◆ What you should do ◆
For the data below, give again exactly the lines from the one containing "extrude(amount=F7_DEPTH)" through the one containing "FreeCAD Python script", both ends included, and no others.

● ● ● ●

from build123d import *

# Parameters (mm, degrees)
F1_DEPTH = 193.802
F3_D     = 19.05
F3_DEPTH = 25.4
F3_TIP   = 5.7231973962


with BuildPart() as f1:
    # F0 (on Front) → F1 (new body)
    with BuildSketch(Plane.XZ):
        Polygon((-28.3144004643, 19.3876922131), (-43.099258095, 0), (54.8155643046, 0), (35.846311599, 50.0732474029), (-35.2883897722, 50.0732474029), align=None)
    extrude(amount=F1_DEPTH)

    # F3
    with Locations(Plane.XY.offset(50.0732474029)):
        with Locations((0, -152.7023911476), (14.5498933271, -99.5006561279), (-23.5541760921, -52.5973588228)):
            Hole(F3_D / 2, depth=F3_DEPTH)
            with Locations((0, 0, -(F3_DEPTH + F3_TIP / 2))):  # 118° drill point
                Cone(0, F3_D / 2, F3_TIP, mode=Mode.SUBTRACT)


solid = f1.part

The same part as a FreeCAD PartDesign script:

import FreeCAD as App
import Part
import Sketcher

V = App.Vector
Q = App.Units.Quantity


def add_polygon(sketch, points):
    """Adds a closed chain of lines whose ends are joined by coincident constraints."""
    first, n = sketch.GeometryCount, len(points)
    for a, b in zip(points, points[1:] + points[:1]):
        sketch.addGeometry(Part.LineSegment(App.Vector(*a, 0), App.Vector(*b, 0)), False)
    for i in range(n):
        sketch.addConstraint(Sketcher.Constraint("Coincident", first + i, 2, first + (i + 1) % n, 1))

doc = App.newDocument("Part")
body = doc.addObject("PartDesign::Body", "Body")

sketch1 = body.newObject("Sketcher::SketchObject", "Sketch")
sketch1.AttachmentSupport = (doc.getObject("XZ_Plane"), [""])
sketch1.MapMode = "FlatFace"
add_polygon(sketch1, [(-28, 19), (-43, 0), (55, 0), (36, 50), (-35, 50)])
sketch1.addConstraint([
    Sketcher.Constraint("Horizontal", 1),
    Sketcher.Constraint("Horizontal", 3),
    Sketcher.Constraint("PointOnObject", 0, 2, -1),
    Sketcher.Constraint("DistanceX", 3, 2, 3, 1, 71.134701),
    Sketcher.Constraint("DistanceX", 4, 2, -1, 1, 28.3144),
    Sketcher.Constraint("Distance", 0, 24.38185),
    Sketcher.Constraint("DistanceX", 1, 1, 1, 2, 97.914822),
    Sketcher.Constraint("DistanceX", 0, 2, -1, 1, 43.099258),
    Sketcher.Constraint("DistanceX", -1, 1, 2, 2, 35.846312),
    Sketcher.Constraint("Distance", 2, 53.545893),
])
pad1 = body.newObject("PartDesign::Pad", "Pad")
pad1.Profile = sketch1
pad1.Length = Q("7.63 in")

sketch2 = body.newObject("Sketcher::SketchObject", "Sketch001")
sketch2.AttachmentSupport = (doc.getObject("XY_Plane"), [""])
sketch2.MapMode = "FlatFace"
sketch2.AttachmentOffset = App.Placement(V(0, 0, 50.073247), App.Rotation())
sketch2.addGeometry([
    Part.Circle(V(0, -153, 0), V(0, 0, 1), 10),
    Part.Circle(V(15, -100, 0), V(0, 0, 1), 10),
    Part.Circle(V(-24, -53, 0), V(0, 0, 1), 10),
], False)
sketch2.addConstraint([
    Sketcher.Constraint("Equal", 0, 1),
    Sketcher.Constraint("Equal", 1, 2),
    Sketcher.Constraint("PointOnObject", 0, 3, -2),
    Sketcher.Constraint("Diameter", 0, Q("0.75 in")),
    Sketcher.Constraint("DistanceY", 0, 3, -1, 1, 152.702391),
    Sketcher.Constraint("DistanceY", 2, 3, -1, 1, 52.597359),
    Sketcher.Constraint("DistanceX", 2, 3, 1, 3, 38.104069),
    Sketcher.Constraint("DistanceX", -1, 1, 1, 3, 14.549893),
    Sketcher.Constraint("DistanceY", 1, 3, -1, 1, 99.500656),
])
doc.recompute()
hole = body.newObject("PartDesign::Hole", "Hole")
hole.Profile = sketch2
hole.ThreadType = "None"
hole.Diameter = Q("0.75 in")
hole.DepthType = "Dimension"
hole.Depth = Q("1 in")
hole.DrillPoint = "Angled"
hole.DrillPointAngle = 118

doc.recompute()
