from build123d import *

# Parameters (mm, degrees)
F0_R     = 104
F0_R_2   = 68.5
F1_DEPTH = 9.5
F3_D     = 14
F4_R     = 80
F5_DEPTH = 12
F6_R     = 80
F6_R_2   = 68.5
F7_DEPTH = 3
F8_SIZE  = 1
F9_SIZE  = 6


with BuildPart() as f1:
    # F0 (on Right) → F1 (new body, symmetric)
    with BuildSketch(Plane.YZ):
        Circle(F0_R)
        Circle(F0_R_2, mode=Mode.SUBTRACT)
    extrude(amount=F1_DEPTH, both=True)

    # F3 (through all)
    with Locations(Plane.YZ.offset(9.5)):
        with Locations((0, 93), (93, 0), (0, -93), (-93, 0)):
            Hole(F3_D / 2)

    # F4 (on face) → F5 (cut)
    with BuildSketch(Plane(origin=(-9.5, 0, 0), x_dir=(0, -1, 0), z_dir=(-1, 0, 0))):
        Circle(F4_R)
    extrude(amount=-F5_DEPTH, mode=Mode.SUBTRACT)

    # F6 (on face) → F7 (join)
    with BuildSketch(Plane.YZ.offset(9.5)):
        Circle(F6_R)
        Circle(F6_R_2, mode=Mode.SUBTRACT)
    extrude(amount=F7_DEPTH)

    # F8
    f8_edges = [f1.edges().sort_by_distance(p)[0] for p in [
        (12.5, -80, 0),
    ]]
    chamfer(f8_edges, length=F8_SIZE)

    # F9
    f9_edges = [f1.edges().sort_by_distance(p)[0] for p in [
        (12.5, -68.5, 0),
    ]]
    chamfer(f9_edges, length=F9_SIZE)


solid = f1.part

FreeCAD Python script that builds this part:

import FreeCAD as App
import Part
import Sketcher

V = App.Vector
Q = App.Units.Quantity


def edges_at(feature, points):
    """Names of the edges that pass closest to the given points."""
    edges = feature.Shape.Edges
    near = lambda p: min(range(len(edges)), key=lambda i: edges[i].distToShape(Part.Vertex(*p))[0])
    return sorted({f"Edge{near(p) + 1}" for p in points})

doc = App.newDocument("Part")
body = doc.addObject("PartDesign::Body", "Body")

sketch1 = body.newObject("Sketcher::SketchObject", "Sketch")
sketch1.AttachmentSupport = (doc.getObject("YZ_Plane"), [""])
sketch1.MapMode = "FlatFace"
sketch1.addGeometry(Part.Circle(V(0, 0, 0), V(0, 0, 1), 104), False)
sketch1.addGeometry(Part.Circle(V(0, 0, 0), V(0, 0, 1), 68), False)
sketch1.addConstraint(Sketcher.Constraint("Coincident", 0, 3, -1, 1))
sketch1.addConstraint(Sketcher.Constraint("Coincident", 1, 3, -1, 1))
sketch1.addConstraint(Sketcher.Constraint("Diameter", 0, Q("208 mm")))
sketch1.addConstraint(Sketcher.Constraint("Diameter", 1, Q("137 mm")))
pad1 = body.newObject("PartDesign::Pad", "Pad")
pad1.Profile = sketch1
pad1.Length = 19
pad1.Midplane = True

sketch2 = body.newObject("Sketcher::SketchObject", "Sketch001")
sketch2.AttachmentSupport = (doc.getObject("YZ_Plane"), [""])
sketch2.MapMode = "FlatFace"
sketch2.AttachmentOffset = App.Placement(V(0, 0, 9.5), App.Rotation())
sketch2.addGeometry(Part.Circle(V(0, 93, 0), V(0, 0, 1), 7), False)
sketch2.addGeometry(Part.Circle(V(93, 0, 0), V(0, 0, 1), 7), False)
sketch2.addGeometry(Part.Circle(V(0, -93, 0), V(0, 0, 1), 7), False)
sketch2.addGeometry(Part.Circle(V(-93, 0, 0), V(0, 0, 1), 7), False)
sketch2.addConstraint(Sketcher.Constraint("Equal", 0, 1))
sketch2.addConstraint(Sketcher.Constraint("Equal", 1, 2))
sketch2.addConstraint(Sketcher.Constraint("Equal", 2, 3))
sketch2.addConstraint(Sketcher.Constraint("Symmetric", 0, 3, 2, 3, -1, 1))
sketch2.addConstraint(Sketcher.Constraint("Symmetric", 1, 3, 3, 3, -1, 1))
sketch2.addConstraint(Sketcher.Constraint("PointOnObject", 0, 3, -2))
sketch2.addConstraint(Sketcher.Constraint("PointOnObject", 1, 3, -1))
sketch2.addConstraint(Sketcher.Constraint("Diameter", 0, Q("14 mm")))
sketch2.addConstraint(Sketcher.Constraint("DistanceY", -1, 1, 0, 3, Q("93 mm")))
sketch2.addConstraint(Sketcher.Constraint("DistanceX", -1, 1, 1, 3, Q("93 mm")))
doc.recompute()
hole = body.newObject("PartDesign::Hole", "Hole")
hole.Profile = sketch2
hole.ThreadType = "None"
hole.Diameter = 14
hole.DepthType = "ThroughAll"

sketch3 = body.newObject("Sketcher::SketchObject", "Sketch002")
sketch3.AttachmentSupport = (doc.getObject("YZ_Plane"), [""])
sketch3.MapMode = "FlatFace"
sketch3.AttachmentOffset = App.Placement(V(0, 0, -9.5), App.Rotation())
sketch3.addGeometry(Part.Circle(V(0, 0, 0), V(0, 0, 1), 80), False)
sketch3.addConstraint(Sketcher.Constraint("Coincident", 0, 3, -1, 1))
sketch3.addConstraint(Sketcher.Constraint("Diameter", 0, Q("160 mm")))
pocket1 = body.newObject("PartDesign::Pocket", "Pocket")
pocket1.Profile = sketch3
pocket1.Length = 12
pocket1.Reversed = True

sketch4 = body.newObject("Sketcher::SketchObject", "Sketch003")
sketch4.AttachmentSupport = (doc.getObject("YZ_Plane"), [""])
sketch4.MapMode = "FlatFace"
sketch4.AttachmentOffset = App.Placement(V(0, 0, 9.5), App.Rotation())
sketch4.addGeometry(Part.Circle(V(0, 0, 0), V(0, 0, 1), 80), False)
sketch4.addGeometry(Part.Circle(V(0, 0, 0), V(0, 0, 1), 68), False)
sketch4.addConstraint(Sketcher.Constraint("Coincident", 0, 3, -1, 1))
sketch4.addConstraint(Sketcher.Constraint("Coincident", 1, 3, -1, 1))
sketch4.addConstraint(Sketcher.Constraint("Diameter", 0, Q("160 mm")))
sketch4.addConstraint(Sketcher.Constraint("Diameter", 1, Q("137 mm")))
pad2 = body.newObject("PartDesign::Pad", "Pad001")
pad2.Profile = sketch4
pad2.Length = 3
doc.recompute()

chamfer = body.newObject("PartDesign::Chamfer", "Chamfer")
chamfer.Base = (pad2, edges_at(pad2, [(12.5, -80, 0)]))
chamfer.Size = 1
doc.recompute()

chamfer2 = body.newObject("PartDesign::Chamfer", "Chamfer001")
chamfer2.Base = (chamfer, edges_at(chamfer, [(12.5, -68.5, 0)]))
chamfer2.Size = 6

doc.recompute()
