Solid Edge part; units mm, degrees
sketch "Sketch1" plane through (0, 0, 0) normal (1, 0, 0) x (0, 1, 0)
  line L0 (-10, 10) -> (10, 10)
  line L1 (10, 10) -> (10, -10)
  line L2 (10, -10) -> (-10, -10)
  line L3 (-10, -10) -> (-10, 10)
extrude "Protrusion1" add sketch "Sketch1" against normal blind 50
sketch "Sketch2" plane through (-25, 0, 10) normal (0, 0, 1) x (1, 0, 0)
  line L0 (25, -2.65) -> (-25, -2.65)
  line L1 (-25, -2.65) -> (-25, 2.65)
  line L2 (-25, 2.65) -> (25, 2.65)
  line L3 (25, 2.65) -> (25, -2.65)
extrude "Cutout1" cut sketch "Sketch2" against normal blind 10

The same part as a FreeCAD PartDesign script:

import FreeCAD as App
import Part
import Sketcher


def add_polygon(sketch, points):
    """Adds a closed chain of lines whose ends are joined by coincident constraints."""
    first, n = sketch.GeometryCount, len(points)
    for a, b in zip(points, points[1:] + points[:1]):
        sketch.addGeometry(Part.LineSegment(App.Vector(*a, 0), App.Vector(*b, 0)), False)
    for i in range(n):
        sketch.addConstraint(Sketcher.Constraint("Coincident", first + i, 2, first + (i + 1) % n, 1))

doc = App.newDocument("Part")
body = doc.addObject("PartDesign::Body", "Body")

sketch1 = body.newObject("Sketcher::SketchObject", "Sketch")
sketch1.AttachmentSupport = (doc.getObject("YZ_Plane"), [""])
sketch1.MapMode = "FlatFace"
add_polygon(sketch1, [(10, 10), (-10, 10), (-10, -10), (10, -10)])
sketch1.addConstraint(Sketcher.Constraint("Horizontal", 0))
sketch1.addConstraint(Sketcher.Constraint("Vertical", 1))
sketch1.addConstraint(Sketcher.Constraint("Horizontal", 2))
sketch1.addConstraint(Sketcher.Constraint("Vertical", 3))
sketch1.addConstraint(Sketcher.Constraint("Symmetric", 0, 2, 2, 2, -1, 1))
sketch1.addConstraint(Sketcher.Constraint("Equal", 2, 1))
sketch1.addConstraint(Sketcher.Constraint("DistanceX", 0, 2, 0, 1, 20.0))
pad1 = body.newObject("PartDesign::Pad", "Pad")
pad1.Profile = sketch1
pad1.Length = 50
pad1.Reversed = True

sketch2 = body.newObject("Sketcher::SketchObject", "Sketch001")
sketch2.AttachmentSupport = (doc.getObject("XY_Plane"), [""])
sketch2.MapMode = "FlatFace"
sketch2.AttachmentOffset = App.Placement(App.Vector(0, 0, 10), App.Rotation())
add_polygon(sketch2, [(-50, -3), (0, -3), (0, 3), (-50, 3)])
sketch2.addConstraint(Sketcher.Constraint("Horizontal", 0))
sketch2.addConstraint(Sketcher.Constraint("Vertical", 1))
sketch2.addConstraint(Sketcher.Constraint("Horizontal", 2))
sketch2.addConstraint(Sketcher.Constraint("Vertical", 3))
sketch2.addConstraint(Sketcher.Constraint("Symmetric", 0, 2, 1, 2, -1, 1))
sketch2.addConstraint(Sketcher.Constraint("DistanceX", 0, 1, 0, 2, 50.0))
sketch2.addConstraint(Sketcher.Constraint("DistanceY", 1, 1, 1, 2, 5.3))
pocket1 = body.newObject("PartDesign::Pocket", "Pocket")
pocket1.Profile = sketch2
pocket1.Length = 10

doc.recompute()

● ● ● ●

◆ Task result ◆
    extrude(amount=F7_DEPTH)

    # F8
    f8_edges = [f1.edges().sort_by_distance(p)[0] for p in [
        (12.5, -80, 0),
    ]]
    chamfer(f8_edges, length=F8_SIZE)

    # F9
    f9_edges = [f1.edges().sort_by_distance(p)[0] for p in [
        (12.5, -68.5, 0),
    ]]
    chamfer(f9_edges, length=F9_SIZE)


solid = f1.part

FreeCAD Python script that builds this part:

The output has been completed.